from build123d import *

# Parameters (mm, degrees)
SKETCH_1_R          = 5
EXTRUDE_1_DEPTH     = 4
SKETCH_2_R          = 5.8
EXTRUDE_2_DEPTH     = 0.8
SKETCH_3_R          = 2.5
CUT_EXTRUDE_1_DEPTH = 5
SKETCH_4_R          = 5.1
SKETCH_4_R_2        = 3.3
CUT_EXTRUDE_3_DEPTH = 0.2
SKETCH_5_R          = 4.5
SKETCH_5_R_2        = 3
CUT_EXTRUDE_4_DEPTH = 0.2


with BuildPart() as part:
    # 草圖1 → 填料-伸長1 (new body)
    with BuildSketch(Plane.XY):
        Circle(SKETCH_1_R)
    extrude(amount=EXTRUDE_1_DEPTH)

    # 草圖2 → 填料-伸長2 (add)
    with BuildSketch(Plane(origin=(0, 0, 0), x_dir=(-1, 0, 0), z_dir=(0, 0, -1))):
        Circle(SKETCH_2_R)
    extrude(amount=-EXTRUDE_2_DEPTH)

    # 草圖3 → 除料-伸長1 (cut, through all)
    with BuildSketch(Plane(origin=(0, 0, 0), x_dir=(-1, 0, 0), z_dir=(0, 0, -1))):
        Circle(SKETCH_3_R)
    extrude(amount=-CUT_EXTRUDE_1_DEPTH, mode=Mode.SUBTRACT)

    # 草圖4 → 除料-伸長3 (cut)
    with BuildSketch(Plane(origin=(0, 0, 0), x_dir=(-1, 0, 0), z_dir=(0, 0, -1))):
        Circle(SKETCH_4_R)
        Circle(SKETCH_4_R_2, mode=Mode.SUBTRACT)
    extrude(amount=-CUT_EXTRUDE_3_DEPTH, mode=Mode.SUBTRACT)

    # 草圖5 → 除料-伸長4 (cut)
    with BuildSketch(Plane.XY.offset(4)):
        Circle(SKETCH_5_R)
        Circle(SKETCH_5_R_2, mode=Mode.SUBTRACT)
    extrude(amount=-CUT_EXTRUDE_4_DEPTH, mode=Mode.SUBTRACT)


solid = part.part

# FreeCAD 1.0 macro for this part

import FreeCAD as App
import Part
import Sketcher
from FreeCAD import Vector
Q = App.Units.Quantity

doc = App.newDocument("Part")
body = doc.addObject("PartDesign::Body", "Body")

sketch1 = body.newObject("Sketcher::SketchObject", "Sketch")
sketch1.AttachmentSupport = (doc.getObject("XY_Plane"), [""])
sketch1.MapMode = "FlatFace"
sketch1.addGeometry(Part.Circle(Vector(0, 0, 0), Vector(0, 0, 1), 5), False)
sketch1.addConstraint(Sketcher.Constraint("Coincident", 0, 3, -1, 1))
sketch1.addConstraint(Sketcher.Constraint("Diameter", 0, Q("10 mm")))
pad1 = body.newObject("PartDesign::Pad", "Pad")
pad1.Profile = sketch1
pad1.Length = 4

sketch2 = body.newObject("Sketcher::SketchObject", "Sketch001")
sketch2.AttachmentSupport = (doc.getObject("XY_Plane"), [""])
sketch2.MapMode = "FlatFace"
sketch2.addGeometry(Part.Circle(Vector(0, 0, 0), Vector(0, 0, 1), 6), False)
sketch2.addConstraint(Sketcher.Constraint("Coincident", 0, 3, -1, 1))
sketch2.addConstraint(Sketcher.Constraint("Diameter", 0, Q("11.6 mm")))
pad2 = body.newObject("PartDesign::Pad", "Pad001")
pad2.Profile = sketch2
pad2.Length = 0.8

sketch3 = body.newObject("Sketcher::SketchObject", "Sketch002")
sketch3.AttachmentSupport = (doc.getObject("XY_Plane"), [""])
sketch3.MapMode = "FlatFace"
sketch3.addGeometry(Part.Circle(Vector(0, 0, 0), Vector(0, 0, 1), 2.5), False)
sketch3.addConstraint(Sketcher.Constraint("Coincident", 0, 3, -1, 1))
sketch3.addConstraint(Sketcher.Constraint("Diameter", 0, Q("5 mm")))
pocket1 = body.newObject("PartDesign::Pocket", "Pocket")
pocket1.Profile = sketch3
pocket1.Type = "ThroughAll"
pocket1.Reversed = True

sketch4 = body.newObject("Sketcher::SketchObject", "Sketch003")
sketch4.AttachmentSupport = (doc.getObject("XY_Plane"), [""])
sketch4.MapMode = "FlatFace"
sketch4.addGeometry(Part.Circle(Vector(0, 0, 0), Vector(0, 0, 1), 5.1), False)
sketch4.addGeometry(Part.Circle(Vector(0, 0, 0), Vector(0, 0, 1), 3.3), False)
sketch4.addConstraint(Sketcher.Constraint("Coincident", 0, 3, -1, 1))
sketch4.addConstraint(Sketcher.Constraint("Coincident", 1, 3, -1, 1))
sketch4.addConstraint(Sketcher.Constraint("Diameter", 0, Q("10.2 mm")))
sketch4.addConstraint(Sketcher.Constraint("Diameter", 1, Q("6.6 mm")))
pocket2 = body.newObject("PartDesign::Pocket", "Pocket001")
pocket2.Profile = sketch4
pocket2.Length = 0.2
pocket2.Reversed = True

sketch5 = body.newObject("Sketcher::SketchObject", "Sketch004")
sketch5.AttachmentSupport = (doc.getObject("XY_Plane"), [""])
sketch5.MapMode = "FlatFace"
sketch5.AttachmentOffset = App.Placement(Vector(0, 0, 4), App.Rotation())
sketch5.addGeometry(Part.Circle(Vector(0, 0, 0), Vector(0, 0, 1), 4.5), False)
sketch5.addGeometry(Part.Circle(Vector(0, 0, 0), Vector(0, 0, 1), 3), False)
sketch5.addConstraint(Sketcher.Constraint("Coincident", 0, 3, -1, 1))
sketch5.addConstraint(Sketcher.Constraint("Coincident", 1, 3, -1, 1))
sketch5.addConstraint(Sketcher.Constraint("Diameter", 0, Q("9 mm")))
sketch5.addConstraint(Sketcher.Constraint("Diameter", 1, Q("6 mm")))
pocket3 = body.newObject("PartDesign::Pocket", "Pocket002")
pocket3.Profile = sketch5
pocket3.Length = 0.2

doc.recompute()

★ ★ ★ ★ ★

§ **Activity**: From the data above, output only the lines between the line containing "extrude(amount=-CUT_EXTRUDE_3_DEPTH, mode=Mode.SUBTRACT)" and the line containing "# FreeCAD 1.0 macro for this part", inclusive, exactly as written.

§ **Completed task**:
    extrude(amount=-CUT_EXTRUDE_3_DEPTH, mode=Mode.SUBTRACT)

    # 草圖5 → 除料-伸長4 (cut)
    with BuildSketch(Plane.XY.offset(4)):
        Circle(SKETCH_5_R)
        Circle(SKETCH_5_R_2, mode=Mode.SUBTRACT)
    extrude(amount=-CUT_EXTRUDE_4_DEPTH, mode=Mode.SUBTRACT)


solid = part.part

# FreeCAD 1.0 macro for this part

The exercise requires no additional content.